Targeting sulfation-dependent mechanoreciprocity between matrix and osteoblasts to mitigate bone loss

Sulfation is a widespread modification for biomolecules so far poorly explored. Through cross phenotype meta-analysis for human bone mineral density up to 426824 participants and phenotypic characterization of multiple mutant mouse lines, we identified a causative role of the sulfate transporter SLC26A2 deficiency in osteoporosis. Ablation of SLC26A2 in osteoblasts caused severe bone loss and accumulation of immature bone cells and elicited a peculiar pericellular matrix (PCM) outcome, undersulfation coupled with decreased stiffness. Consequently, such altered chemophysical properties of PCM disrupted focal adhesion formation of osteoblasts. Based on bulk RNA sequencing and functional assays, we held a mechano-reciprocal tandem inhibition of FAK and YAP/TAZ responsible for impinged osteoblast maturation by SLC26A2 deficiency, where sulfation and stiffness of PCM were compromised by defective sulfate uptake and thus to exert an outside-in impediment to FAK-dependent YAP/TAZ activity required for osteoblast maturation. Moreover, pharmacological abrogation of the Hippo kinases and forced wheel-running concordantly ameliorated SLC26A2-deficient osteoporosis via enforcement of YAP/TAZ activity.
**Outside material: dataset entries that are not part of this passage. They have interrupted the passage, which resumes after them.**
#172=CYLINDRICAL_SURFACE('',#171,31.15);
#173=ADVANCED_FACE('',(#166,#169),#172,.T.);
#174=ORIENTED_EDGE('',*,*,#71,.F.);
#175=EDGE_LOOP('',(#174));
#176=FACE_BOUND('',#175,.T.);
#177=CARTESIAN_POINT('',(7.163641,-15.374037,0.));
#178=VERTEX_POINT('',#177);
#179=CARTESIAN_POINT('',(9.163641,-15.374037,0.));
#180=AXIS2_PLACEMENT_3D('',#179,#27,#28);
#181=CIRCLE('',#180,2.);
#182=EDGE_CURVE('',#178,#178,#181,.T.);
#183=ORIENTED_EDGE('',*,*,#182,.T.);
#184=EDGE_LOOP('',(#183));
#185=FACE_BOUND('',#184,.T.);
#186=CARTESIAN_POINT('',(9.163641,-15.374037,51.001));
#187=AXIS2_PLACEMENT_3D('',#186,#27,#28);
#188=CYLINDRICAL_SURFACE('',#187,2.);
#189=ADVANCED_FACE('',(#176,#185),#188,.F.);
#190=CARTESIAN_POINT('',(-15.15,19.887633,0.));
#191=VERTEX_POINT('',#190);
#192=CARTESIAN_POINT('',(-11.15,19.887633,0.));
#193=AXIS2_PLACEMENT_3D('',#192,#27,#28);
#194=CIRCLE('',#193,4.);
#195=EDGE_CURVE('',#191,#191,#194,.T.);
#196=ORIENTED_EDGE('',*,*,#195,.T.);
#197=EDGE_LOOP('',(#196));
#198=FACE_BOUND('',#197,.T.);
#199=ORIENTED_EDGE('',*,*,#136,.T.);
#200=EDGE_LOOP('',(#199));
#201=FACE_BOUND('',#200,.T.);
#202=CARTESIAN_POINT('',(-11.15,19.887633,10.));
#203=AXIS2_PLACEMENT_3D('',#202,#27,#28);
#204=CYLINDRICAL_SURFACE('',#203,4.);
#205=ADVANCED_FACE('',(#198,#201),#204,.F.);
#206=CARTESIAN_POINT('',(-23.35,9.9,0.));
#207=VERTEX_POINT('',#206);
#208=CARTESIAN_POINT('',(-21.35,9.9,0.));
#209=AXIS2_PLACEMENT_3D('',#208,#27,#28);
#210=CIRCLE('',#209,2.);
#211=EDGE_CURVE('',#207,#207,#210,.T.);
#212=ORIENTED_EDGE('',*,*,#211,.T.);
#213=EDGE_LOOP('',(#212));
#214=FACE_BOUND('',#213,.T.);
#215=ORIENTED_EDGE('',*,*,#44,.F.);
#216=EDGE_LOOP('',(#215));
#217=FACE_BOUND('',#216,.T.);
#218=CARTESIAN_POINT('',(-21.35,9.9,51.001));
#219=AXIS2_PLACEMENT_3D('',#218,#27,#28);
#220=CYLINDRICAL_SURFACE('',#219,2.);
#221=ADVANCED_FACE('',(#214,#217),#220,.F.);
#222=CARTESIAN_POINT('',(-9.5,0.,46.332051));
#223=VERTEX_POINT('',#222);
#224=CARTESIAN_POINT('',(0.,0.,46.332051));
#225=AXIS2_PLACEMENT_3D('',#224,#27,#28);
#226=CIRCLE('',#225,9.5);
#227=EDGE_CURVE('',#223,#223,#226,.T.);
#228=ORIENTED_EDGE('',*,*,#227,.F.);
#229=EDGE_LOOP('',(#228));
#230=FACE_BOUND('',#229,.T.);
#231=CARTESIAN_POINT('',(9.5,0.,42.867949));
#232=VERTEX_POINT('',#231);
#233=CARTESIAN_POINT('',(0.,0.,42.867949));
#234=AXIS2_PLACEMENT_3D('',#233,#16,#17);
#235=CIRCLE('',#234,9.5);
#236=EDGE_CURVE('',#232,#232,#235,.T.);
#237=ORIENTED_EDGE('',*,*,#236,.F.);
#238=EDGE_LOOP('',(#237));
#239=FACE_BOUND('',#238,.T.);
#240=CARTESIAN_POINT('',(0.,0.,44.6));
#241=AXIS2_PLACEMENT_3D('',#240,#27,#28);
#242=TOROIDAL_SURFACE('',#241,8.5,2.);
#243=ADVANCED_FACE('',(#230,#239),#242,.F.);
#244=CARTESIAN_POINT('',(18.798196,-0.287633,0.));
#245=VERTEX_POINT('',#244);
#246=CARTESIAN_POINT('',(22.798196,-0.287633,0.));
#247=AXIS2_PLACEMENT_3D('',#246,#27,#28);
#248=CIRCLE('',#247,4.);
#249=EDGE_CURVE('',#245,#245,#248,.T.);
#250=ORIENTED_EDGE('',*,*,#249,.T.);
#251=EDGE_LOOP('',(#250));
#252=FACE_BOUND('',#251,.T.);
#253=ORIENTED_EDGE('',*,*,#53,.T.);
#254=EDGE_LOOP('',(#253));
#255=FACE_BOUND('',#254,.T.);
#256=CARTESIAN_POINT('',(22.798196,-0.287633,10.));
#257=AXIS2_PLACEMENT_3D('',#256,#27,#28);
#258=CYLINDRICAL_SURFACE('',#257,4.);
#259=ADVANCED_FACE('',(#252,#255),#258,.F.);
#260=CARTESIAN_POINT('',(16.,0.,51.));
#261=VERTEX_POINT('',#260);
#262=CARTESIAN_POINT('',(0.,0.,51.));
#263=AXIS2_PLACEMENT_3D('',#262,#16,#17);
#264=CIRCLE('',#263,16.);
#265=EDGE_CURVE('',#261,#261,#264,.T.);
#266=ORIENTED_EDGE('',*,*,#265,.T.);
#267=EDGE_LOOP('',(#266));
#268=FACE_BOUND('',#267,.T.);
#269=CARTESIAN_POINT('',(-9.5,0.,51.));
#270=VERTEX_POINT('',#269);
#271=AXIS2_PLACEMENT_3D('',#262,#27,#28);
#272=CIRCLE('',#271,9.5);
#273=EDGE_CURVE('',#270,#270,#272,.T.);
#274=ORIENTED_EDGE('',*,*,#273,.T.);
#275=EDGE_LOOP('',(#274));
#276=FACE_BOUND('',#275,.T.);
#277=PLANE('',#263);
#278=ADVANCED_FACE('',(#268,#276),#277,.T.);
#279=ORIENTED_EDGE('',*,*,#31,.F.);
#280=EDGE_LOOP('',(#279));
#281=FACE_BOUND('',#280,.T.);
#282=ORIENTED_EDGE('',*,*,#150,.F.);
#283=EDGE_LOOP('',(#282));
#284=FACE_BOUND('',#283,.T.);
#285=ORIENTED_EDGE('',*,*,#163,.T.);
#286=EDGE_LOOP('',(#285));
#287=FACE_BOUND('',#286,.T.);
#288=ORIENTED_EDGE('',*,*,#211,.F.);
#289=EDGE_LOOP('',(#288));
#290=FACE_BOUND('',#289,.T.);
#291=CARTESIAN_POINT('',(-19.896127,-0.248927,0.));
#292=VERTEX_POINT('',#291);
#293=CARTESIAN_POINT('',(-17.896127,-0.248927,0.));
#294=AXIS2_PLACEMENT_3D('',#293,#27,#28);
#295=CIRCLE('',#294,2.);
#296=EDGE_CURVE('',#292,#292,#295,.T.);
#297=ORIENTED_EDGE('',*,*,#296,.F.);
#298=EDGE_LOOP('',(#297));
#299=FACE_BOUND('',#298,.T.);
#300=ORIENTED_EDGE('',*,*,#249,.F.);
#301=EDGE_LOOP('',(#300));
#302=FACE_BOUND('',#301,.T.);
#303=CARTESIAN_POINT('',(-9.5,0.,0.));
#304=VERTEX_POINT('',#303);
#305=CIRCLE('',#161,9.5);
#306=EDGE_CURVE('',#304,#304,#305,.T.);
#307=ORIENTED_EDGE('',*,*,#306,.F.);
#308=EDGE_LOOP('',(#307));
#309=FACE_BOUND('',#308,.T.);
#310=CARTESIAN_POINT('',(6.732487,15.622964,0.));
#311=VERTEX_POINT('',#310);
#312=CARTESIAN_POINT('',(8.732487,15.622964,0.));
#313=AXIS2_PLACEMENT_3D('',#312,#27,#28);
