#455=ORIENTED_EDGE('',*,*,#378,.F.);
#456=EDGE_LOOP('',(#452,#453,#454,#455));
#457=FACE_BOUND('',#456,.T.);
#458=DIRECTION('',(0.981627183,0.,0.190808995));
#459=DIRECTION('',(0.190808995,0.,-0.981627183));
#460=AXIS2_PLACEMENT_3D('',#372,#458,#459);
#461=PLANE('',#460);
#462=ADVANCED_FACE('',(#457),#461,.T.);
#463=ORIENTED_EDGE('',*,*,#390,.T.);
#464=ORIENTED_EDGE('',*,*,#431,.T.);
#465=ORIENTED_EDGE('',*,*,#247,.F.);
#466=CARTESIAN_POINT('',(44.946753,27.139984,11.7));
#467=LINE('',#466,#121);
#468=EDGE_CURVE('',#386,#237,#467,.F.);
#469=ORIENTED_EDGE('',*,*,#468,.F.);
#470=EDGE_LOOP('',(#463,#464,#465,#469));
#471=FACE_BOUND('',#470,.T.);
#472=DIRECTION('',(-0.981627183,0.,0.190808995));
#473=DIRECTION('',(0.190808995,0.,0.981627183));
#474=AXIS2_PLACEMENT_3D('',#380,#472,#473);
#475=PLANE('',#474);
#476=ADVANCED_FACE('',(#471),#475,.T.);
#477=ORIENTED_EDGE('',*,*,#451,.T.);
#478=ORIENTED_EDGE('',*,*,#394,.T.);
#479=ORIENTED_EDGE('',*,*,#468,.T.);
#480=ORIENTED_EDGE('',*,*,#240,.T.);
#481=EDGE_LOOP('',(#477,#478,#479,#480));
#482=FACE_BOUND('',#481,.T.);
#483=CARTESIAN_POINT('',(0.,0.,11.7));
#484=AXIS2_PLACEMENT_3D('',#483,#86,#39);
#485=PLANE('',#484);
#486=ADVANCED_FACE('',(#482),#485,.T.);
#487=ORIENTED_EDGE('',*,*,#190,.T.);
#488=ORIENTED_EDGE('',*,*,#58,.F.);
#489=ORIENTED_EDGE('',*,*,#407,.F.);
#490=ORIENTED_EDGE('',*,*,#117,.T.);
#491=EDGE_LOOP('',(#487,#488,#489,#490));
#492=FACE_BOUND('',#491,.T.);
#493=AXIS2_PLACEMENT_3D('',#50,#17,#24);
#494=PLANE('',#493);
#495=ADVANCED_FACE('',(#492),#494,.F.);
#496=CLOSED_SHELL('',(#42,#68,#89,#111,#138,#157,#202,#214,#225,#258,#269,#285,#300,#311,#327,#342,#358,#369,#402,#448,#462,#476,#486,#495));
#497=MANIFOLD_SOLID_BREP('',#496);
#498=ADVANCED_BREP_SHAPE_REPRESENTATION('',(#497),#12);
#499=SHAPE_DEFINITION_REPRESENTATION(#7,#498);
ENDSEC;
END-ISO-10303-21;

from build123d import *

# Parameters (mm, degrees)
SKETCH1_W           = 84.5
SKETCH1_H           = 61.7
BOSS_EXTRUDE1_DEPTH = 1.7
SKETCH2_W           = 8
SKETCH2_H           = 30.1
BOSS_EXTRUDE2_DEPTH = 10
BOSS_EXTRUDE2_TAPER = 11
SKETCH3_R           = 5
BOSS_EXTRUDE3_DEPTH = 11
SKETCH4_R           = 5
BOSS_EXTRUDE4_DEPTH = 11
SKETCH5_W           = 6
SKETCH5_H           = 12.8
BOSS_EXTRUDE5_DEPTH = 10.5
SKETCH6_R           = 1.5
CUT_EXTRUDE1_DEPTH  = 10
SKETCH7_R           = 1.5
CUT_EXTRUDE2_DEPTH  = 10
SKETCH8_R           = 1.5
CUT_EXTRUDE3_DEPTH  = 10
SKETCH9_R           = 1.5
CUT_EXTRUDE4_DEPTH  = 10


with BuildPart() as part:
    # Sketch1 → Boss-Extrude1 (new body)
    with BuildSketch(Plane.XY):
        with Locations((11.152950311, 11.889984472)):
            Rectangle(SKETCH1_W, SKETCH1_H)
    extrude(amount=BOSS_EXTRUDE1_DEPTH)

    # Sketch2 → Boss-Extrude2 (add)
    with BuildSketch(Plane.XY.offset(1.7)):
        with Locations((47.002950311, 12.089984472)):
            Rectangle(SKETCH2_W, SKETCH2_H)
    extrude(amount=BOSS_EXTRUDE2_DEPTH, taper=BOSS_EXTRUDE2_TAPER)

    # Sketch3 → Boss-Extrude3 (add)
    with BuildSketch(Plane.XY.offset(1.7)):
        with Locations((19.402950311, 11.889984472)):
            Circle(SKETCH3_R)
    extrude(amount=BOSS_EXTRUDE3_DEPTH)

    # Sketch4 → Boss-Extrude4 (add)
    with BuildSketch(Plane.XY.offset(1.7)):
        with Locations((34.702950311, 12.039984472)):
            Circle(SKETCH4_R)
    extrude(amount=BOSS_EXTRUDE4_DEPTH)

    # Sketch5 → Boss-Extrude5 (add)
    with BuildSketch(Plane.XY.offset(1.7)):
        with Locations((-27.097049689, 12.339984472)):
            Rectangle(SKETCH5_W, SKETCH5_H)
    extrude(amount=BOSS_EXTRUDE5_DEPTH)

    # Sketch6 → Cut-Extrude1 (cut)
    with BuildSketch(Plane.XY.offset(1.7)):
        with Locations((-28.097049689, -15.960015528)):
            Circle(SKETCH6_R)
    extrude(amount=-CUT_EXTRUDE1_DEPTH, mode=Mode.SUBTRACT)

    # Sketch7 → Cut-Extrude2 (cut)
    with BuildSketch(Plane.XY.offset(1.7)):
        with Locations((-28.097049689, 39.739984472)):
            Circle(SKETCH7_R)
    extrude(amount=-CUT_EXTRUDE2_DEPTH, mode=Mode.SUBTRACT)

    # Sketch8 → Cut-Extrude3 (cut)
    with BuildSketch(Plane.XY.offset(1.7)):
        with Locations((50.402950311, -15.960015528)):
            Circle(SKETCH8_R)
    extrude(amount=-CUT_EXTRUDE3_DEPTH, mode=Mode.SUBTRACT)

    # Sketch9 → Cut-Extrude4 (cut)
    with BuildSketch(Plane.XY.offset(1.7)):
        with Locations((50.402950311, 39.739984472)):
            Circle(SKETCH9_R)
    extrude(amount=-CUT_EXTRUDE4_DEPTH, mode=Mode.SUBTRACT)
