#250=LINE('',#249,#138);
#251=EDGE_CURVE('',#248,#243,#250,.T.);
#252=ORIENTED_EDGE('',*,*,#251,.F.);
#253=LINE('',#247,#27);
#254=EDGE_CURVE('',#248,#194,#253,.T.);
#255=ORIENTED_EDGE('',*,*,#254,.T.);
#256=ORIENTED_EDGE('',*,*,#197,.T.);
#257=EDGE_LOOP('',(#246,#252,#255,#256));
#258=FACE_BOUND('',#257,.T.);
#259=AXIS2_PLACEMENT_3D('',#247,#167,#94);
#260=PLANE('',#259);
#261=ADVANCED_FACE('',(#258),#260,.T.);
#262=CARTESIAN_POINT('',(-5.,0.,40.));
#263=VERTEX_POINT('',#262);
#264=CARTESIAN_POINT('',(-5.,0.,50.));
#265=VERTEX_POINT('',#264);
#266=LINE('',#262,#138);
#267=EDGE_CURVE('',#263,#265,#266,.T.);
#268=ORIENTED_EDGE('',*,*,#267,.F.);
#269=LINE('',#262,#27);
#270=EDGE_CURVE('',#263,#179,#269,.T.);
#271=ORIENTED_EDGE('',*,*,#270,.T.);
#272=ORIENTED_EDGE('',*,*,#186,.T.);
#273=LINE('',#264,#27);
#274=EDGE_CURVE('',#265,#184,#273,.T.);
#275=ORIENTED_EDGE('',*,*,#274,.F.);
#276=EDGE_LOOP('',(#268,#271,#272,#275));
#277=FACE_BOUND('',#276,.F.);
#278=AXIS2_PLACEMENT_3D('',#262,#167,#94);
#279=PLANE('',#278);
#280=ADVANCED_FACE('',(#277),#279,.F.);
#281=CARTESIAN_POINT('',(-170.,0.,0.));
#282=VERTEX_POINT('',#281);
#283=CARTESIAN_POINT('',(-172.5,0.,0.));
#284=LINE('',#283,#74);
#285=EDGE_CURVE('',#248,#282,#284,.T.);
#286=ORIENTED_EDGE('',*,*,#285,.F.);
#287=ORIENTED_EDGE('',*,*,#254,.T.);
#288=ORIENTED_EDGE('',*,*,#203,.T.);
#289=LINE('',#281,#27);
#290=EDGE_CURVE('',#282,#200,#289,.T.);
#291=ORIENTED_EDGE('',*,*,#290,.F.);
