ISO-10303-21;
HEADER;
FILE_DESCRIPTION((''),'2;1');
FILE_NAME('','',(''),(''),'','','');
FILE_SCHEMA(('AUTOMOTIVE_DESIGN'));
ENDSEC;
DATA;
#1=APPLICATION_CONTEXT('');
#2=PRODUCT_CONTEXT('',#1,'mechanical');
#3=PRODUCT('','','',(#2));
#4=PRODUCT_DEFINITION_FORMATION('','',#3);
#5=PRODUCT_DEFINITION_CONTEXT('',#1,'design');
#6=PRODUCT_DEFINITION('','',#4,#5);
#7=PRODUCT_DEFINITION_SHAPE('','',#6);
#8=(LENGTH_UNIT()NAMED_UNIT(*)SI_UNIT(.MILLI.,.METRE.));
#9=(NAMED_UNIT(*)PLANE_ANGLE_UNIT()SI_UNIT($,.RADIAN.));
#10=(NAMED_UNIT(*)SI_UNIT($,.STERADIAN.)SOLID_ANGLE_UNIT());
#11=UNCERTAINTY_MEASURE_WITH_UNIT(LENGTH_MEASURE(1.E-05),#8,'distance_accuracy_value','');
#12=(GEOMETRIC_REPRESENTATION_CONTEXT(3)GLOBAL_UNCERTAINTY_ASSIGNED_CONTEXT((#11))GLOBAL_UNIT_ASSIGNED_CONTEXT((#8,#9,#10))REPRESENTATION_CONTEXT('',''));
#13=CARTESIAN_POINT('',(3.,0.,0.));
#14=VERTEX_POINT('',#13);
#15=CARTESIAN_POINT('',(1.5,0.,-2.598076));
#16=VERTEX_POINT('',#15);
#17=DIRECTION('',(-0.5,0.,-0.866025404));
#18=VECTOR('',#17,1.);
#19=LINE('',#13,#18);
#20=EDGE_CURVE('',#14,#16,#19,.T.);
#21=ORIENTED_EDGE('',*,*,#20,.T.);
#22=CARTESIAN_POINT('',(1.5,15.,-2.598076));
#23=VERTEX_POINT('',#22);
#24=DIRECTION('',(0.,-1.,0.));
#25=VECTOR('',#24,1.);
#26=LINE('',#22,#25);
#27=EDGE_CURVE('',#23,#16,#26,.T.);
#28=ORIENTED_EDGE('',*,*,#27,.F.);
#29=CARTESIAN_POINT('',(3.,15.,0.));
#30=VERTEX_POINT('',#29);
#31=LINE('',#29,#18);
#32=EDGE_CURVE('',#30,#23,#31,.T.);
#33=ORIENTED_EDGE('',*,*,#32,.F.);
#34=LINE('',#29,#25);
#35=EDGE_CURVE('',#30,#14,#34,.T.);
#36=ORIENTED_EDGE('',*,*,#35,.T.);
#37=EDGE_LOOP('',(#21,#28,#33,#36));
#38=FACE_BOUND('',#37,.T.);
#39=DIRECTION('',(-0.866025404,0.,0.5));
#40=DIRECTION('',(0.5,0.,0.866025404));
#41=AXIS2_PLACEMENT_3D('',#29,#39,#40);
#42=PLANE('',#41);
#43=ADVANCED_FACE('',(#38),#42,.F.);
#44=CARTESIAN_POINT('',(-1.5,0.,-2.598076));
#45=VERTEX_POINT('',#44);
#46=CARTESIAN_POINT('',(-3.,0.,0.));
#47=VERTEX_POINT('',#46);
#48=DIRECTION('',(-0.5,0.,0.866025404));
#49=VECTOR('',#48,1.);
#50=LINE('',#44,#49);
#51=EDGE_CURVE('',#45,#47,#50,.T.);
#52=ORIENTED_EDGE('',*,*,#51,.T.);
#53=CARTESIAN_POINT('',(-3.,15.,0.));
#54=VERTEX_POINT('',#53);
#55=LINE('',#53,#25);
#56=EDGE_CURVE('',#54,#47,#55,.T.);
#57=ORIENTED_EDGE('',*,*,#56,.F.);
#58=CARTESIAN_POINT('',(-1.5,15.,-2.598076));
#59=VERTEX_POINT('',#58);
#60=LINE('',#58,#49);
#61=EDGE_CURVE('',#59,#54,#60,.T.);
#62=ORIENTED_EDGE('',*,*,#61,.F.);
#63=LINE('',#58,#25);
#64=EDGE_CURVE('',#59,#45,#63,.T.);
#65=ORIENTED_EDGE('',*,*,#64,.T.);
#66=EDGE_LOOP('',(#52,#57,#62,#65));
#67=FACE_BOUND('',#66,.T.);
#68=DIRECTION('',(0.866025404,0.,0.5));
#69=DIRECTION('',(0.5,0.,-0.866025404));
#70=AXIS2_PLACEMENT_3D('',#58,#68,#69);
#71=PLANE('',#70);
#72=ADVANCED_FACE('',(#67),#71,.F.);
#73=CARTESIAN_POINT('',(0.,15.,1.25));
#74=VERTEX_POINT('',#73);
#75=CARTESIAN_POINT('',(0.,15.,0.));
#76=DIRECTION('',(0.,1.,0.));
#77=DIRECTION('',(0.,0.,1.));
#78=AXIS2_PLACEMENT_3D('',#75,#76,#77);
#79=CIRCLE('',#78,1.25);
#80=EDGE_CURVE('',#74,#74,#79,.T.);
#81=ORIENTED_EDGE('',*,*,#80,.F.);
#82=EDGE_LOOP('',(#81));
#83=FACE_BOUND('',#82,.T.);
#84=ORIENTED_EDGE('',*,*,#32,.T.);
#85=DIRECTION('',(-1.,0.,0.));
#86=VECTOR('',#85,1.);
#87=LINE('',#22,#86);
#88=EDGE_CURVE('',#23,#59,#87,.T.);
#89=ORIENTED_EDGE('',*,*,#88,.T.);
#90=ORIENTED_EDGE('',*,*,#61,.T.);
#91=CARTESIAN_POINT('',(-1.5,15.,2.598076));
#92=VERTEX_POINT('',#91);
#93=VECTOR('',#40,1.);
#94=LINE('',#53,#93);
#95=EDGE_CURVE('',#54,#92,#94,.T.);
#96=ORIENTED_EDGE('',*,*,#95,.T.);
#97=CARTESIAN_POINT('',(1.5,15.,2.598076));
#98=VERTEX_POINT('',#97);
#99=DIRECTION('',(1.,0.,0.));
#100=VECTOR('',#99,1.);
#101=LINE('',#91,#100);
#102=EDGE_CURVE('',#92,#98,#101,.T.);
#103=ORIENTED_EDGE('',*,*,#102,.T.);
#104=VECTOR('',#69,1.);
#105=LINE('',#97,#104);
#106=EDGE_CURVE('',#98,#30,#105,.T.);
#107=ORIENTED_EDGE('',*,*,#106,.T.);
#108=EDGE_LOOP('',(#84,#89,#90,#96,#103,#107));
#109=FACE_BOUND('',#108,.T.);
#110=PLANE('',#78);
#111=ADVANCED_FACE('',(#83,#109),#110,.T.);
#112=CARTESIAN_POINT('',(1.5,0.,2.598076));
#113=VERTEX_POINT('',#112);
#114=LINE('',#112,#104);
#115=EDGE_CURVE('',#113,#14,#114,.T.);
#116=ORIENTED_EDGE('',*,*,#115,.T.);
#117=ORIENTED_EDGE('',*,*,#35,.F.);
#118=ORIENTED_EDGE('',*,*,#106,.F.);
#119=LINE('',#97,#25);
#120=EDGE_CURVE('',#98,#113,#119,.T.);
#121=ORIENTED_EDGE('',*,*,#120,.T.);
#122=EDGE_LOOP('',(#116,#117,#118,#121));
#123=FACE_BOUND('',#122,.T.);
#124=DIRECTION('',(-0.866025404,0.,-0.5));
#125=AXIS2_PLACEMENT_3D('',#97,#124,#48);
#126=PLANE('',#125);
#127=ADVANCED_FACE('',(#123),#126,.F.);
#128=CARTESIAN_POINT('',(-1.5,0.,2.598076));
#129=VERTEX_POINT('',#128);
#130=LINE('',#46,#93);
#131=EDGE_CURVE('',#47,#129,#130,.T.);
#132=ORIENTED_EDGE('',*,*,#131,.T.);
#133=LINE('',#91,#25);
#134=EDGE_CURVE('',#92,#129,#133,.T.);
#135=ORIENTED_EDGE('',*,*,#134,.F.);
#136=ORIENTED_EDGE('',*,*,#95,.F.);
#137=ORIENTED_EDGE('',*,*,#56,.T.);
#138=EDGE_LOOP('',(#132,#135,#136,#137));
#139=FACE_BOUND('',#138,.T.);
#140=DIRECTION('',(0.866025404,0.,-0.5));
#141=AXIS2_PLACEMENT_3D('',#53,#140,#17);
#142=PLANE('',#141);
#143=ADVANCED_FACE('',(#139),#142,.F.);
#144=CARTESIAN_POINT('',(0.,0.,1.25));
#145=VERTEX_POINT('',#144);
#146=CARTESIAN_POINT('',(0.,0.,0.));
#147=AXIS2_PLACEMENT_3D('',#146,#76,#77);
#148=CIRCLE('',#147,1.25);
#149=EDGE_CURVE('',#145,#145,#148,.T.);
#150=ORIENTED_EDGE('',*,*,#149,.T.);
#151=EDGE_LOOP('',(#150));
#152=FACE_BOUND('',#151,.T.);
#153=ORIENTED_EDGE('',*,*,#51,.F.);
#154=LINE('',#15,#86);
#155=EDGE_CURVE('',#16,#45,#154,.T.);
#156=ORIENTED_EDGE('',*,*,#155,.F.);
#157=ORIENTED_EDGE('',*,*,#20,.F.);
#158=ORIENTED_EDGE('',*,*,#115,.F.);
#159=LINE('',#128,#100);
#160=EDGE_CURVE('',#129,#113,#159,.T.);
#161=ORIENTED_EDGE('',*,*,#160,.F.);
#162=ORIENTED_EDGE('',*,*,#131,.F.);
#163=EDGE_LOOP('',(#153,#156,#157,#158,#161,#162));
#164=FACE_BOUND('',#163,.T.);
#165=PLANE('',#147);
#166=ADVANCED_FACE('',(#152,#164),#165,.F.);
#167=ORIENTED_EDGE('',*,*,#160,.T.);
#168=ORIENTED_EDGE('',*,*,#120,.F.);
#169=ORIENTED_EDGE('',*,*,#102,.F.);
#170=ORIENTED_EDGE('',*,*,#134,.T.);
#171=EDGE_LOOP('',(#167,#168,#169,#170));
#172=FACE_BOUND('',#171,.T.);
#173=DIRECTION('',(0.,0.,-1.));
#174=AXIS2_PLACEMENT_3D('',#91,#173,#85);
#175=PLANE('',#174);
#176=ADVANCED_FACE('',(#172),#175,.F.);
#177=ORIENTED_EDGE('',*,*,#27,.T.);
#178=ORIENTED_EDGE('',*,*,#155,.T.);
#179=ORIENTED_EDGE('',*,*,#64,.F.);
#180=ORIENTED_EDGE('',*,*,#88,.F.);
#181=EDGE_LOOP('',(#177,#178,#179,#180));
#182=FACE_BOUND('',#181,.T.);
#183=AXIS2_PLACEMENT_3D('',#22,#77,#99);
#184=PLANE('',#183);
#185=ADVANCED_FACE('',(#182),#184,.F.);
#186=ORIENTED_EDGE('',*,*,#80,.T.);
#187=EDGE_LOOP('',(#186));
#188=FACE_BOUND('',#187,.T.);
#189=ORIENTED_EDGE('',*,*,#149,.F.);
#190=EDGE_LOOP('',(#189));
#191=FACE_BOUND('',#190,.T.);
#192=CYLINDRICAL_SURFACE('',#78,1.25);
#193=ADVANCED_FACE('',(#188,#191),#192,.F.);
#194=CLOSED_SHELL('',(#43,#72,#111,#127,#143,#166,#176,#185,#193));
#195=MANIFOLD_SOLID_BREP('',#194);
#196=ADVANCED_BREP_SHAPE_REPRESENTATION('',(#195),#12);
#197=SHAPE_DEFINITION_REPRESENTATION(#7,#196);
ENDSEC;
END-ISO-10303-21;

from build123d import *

# Parameters (mm, degrees)
EXTRUDE_1_DEPTH    = 15
HOLE_WIZARD_M3_1_D = 2.5


with BuildPart() as part:
    # 草图1 → 凸台-拉伸1 (new body)
    with BuildSketch(Plane(origin=(0, 0, 0), x_dir=(1, 0, 0), z_dir=(0, 1, 0))):
        Polygon((1.5, 2.598076211), (-1.5, 2.598076211), (-3, 0), (-1.5, -2.598076211), (1.5, -2.598076211), (3, 0), align=None)
    extrude(amount=EXTRUDE_1_DEPTH)

    # M3 螺纹孔1 (through all)
    with Locations(Plane(origin=(0, 15, 0), x_dir=(1, 0, 0), z_dir=(0, 1, 0))):
        with Locations((0, 0)):
            Hole(HOLE_WIZARD_M3_1_D / 2)


solid = part.part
Intriguingly, “guilt by association” analysis of single-cell sequencing data suggested coordination between sulfate metabolism, focal adhesion and YAP/TAZ activity during osteoblast-to-osteocyte transition. As seen in ovariectomized mice and patients with osteoporosis, tandem inhibition of FAK and YAP/TAZ apparently engaged in pathology of broader types of osteoporosis beyond SLC26A2 context. Collectively, these data unveil an unanticipated role of sulfation in developmental mechanoreciprocity between matrix and osteoblasts, which could be leveraged to prevent bone loss. To better understand molecular mechanisms underlying disrupted osteoblast maturation caused by SLC26A2 deficiency, we applied bulk RNA sequencing (bulk-seq) to Col2.3kb-Cre; Slc26a2 fl/fl (CKO) and Col2.3kb-Cre; Slc26a2 fl/+ (Control) femoral cortical bone shafts at post natal day 7 (P7).